Overall, insufficient knowledge sharing and limited access to reliable information con-strain the development of circular and local bioeconomy systems. Addressing this gap will require targeted education, improved communication strategies, and stronger knowledge exchange between stakeholders.

Low Value-Added Biomass

Finally, across all countries a structural challenge remains the limited transition from low value-added biomass use toward higher value-added biobased production. While significant biomass resources exist, their potential is not fully utilized due to technological, financial, and organizational barriers. Strengthening innovation systems, investing in biorefineries and pilot projects, and supporting industrial symbiosis are therefore essential to enable a more advanced and competitive circular bioeconomy.

Summary of Key Barriers

Across the analysed countries, several common barriers consistently hinder the development of a circular bioeconomy. These challenges are interrelated and reflect both governance limitations and practical implementation gaps:

• Fragmented policies and unclear regulatory frameworks
• Low public awareness and social acceptance
• Insufficient waste separation and infrastructure for that
• Limited cross-sector collaboration
• Dependence on low value-added biomass use

Criteria of Transferability

The successful transfer and replication of circular bioeconomy practices depend on a set of enabling conditions that support both innovation and system integration. These factors influence not only the effectiveness of implementation but also the scalability and long-term sustainability of bioeconomy solutions across different regional contexts. Ensuring that these conditions are in place increases the likelihood that good practices can be adapted, adopted, and sustained beyond their original setting.

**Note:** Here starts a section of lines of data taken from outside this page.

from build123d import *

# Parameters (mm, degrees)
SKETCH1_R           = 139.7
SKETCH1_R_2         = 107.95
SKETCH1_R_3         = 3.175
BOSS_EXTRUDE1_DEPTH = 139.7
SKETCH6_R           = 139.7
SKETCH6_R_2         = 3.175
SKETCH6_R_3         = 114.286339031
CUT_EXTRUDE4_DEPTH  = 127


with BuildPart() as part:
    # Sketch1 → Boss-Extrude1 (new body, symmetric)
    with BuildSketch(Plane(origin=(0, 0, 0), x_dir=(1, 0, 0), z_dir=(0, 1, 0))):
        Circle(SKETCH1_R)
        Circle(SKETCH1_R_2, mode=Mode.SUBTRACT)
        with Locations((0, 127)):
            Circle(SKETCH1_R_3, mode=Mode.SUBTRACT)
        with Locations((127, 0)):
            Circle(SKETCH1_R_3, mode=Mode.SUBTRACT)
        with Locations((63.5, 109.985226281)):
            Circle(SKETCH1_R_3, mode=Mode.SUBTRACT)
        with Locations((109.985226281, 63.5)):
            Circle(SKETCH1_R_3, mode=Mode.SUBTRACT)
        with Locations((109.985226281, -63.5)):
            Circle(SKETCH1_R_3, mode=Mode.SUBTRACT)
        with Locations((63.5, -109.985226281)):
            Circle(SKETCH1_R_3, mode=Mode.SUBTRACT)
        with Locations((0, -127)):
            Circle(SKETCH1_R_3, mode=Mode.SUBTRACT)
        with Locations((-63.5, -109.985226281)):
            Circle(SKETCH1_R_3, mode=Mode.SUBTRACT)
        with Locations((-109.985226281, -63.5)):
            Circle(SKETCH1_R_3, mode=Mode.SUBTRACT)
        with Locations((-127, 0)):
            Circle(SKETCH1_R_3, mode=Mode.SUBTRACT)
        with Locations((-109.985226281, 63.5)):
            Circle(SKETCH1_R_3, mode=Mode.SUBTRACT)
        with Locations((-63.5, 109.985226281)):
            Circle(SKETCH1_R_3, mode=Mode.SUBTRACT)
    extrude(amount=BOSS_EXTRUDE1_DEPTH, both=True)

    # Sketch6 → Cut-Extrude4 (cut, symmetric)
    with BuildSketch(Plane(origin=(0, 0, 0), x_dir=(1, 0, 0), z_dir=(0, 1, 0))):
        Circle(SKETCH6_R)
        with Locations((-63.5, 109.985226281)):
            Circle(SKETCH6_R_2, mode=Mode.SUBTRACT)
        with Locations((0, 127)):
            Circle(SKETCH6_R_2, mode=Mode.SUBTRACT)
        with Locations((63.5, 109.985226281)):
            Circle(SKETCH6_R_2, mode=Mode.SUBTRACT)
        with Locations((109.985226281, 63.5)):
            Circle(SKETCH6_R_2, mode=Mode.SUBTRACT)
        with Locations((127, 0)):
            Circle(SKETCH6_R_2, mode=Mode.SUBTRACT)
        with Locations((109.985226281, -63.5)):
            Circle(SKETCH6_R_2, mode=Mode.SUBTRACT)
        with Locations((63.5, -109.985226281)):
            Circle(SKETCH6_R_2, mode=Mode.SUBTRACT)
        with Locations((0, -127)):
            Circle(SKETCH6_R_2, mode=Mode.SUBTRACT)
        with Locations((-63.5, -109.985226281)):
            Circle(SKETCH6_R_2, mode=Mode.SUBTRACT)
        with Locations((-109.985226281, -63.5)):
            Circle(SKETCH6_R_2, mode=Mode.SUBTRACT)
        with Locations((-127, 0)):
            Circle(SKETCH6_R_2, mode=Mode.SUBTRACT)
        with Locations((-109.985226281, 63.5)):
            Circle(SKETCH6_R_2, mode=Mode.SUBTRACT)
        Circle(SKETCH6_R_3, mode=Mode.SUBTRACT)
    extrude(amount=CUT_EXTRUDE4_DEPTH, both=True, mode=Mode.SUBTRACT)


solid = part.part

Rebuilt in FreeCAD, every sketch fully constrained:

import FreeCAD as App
import Part
import Sketcher
from FreeCAD import Vector
Q = App.Units.Quantity

doc = App.newDocument("Part")
body = doc.addObject("PartDesign::Body", "Body")

# Sketch on XZ plane
sketch1 = body.newObject("Sketcher::SketchObject", "Sketch")
sketch1.AttachmentSupport = (doc.getObject("XZ_Plane"), [""])
sketch1.MapMode = "FlatFace"
sketch1.addGeometry(Part.Circle(Vector(0, 0, 0), Vector(0, 0, 1), 139.7), False)
sketch1.addGeometry(Part.Circle(Vector(-63.5, 110, 0), Vector(0, 0, 1), 3.2), False)
sketch1.addGeometry(Part.Circle(Vector(-110, 63.5, 0), Vector(0, 0, 1), 3.2), False)
sketch1.addGeometry(Part.Circle(Vector(0, 127, 0), Vector(0, 0, 1), 3.2), False)
sketch1.addGeometry(Part.Circle(Vector(63.5, 110, 0), Vector(0, 0, 1), 3.2), False)
sketch1.addGeometry(Part.Circle(Vector(110, 63.5, 0), Vector(0, 0, 1), 3.2), False)
sketch1.addGeometry(Part.Circle(Vector(-127, 0, 0), Vector(0, 0, 1), 3.2), False)
sketch1.addGeometry(Part.Circle(Vector(-110, -63.5, 0), Vector(0, 0, 1), 3.2), False)
sketch1.addGeometry(Part.Circle(Vector(-63.5, -110, 0), Vector(0, 0, 1), 3.2), False)
sketch1.addGeometry(Part.Circle(Vector(0, 0, 0), Vector(0, 0, 1), 108), False)
sketch1.addGeometry(Part.Circle(Vector(127, 0, 0), Vector(0, 0, 1), 3.2), False)
sketch1.addGeometry(Part.Circle(Vector(110, -63.5, 0), Vector(0, 0, 1), 3.2), False)
sketch1.addGeometry(Part.Circle(Vector(0, -127, 0), Vector(0, 0, 1), 3.2), False)
sketch1.addGeometry(Part.Circle(Vector(63.5, -110, 0), Vector(0, 0, 1), 3.2), False)
sketch1.addConstraint(Sketcher.Constraint("Coincident", 0, 3, -1, 1))
sketch1.addConstraint(Sketcher.Constraint("Coincident", 9, 3, -1, 1))
sketch1.addConstraint(Sketcher.Constraint("Equal", 1, 2))
sketch1.addConstraint(Sketcher.Constraint("Equal", 2, 3))
sketch1.addConstraint(Sketcher.Constraint("Equal", 3, 4))
sketch1.addConstraint(Sketcher.Constraint("Equal", 4, 5))
sketch1.addConstraint(Sketcher.Constraint("Equal", 5, 6))
sketch1.addConstraint(Sketcher.Constraint("Equal", 6, 7))
sketch1.addConstraint(Sketcher.Constraint("Equal", 7, 8))
sketch1.addConstraint(Sketcher.Constraint("Equal", 8, 10))
sketch1.addConstraint(Sketcher.Constraint("Equal", 10, 11))
sketch1.addConstraint(Sketcher.Constraint("Equal", 11, 12))
sketch1.addConstraint(Sketcher.Constraint("Equal", 12, 13))
sketch1.addConstraint(Sketcher.Constraint("Symmetric", 5, 3, 7, 3, -1, 1))
sketch1.addConstraint(Sketcher.Constraint("Symmetric", 4, 3, 8, 3, -1, 1))
sketch1.addConstraint(Sketcher.Constraint("Symmetric", 6, 3, 10, 3, -1, 1))
sketch1.addConstraint(Sketcher.Constraint("Symmetric", 2, 3, 11, 3, -1, 1))
sketch1.addConstraint(Sketcher.Constraint("Symmetric", 3, 3, 12, 3, -1, 1))
sketch1.addConstraint(Sketcher.Constraint("Symmetric", 1, 3, 13, 3, -1, 1))
sketch1.addConstraint(Sketcher.Constraint("Symmetric", 1, 3, 4, 3, -2))
sketch1.addConstraint(Sketcher.Constraint("Symmetric", 2, 3, 5, 3, -2))
sketch1.addConstraint(Sketcher.Constraint("PointOnObject", 3, 3, -2))
sketch1.addConstraint(Sketcher.Constraint("PointOnObject", 6, 3, -1))
sketch1.addConstraint(Sketcher.Constraint("Diameter", 0, Q("11 in")))
sketch1.addConstraint(Sketcher.Constraint("Diameter", 9, Q("8.5 in")))
sketch1.addConstraint(Sketcher.Constraint("Diameter", 1, Q("0.25 in")))
sketch1.addConstraint(Sketcher.Constraint("DistanceY", -1, 1, 3, 3, Q("5 in")))
sketch1.addConstraint(Sketcher.Constraint("DistanceX", 6, 3, -1, 1, Q("5 in")))
sketch1.addConstraint(Sketcher.Constraint("DistanceX", 1, 3, 4, 3, Q("5 in")))
sketch1.addConstraint(Sketcher.Constraint("DistanceY", 7, 3, 2, 3, Q("5 in")))
sketch1.addConstraint(Sketcher.Constraint("DistanceY", -1, 1, 1, 3, 109.985226))
sketch1.addConstraint(Sketcher.Constraint("DistanceX", 2, 3, -1, 1, 109.985226))
pad1 = body.newObject("PartDesign::Pad", "Pad")
pad1.Profile = sketch1
pad1.Length = Q("11 in")
pad1.Midplane = True

# Sketch on XZ plane
sketch2 = body.newObject("Sketcher::SketchObject", "Sketch001")
sketch2.AttachmentSupport = (doc.getObject("XZ_Plane"), [""])
sketch2.MapMode = "FlatFace"
sketch2.addGeometry(Part.Circle(Vector(0, 0, 0), Vector(0, 0, 1), 139.7), False)
sketch2.addGeometry(Part.Circle(Vector(-63.5, 110, 0), Vector(0, 0, 1), 3.2), False)
sketch2.addGeometry(Part.Circle(Vector(-110, 63.5, 0), Vector(0, 0, 1), 3.2), False)
sketch2.addGeometry(Part.Circle(Vector(0, 127, 0), Vector(0, 0, 1), 3.2), False)
sketch2.addGeometry(Part.Circle(Vector(63.5, 110, 0), Vector(0, 0, 1), 3.2), False)
sketch2.addGeometry(Part.Circle(Vector(110, 63.5, 0), Vector(0, 0, 1), 3.2), False)
sketch2.addGeometry(Part.Circle(Vector(-127, 0, 0), Vector(0, 0, 1), 3.2), False)
sketch2.addGeometry(Part.Circle(Vector(-110, -63.5, 0), Vector(0, 0, 1), 3.2), False)
sketch2.addGeometry(Part.Circle(Vector(-63.5, -110, 0), Vector(0, 0, 1), 3.2), False)
sketch2.addGeometry(Part.Circle(Vector(0, 0, 0), Vector(0, 0, 1), 114.3), False)
sketch2.addGeometry(Part.Circle(Vector(127, 0, 0), Vector(0, 0, 1), 3.2), False)
sketch2.addGeometry(Part.Circle(Vector(110, -63.5, 0), Vector(0, 0, 1), 3.2), False)
sketch2.addGeometry(Part.Circle(Vector(0, -127, 0), Vector(0, 0, 1), 3.2), False)
sketch2.addGeometry(Part.Circle(Vector(63.5, -110, 0), Vector(0, 0, 1), 3.2), False)
sketch2.addConstraint(Sketcher.Constraint("Coincident", 0, 3, -1, 1))
sketch2.addConstraint(Sketcher.Constraint("Coincident", 9, 3, -1, 1))
sketch2.addConstraint(Sketcher.Constraint("Equal", 1, 2))
sketch2.addConstraint(Sketcher.Constraint("Equal", 2, 3))
sketch2.addConstraint(Sketcher.Constraint("Equal", 3, 4))
sketch2.addConstraint(Sketcher.Constraint("Equal", 4, 5))
sketch2.addConstraint(Sketcher.Constraint("Equal", 5, 6))
sketch2.addConstraint(Sketcher.Constraint("Equal", 6, 7))
sketch2.addConstraint(Sketcher.Constraint("Equal", 7, 8))
sketch2.addConstraint(Sketcher.Constraint("Equal", 8, 10))
sketch2.addConstraint(Sketcher.Constraint("Equal", 10, 11))
sketch2.addConstraint(Sketcher.Constraint("Equal", 11, 12))
sketch2.addConstraint(Sketcher.Constraint("Equal", 12, 13))
sketch2.addConstraint(Sketcher.Constraint("Symmetric", 5, 3, 7, 3, -1, 1))
sketch2.addConstraint(Sketcher.Constraint("Symmetric", 4, 3, 8, 3, -1, 1))
sketch2.addConstraint(Sketcher.Constraint("Symmetric", 6, 3, 10, 3, -1, 1))
sketch2.addConstraint(Sketcher.Constraint("Symmetric", 2, 3, 11, 3, -1, 1))
sketch2.addConstraint(Sketcher.Constraint("Symmetric", 3, 3, 12, 3, -1, 1))
sketch2.addConstraint(Sketcher.Constraint("Symmetric", 1, 3, 13, 3, -1, 1))
sketch2.addConstraint(Sketcher.Constraint("Symmetric", 1, 3, 4, 3, -2))
sketch2.addConstraint(Sketcher.Constraint("Symmetric", 2, 3, 5, 3, -2))
sketch2.addConstraint(Sketcher.Constraint("PointOnObject", 3, 3, -2))
sketch2.addConstraint(Sketcher.Constraint("PointOnObject", 6, 3, -1))
sketch2.addConstraint(Sketcher.Constraint("Diameter", 0, Q("11 in")))
sketch2.addConstraint(Sketcher.Constraint("Diameter", 1, Q("0.25 in")))
sketch2.addConstraint(Sketcher.Constraint("DistanceY", -1, 1, 3, 3, Q("5 in")))
sketch2.addConstraint(Sketcher.Constraint("DistanceX", 6, 3, -1, 1, Q("5 in")))
sketch2.addConstraint(Sketcher.Constraint("DistanceX", 1, 3, 4, 3, Q("5 in")))
sketch2.addConstraint(Sketcher.Constraint("DistanceY", 7, 3, 2, 3, Q("5 in")))
sketch2.addConstraint(Sketcher.Constraint("Diameter", 9, 228.572678))
sketch2.addConstraint(Sketcher.Constraint("DistanceY", -1, 1, 1, 3, 109.985226))
sketch2.addConstraint(Sketcher.Constraint("DistanceX", 2, 3, -1, 1, 109.985226))
pocket1 = body.newObject("PartDesign::Pocket", "Pocket")
pocket1.Profile = sketch2
pocket1.Length = Q("10 in")
pocket1.Midplane = True

doc.recompute()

1. Coherent and stable policy framework. A clear, consistent, and long-term policy environment is essential to reduce uncertainty and encourage investment. Integrated policies that align agriculture, waste management, energy, and innovation sectors enable coordinated action and support the development of circular value chains.
2. Strong stakeholder cooperation (public – private – local). Effective collaboration between municipalities, industry, farmers, research institutions, and civil society is crucial. Multi-level governance and cross-sector partnerships facilitate knowledge exchange, resource sharing, and the co-creation of locally adapted solutions.
3. High-quality waste collection and data systems. Reliable waste segregation systems and accurate data on material flows are fundamental for efficient resource management. High-quality inputs (e.g., uncontaminated biowaste) and transparent data enable better planning, optimization, and monitoring of circular processes.
4. Access to technology, innovation, and pilot facilities. The availability of technological solutions, research capacity, and demonstration projects supports experimentation and reduces risks associated with new business models. Pilot and demonstration facilities are particularly important for scaling up innovative biobased processes.
5. Public awareness and community engagement. Social acceptance and active participation of citizens are key to the success of circular sys-tems. Awareness-raising, education, and transparent communication improve waste sorting behaviour, build trust in biobased solutions, and strengthen local ownership of initiative.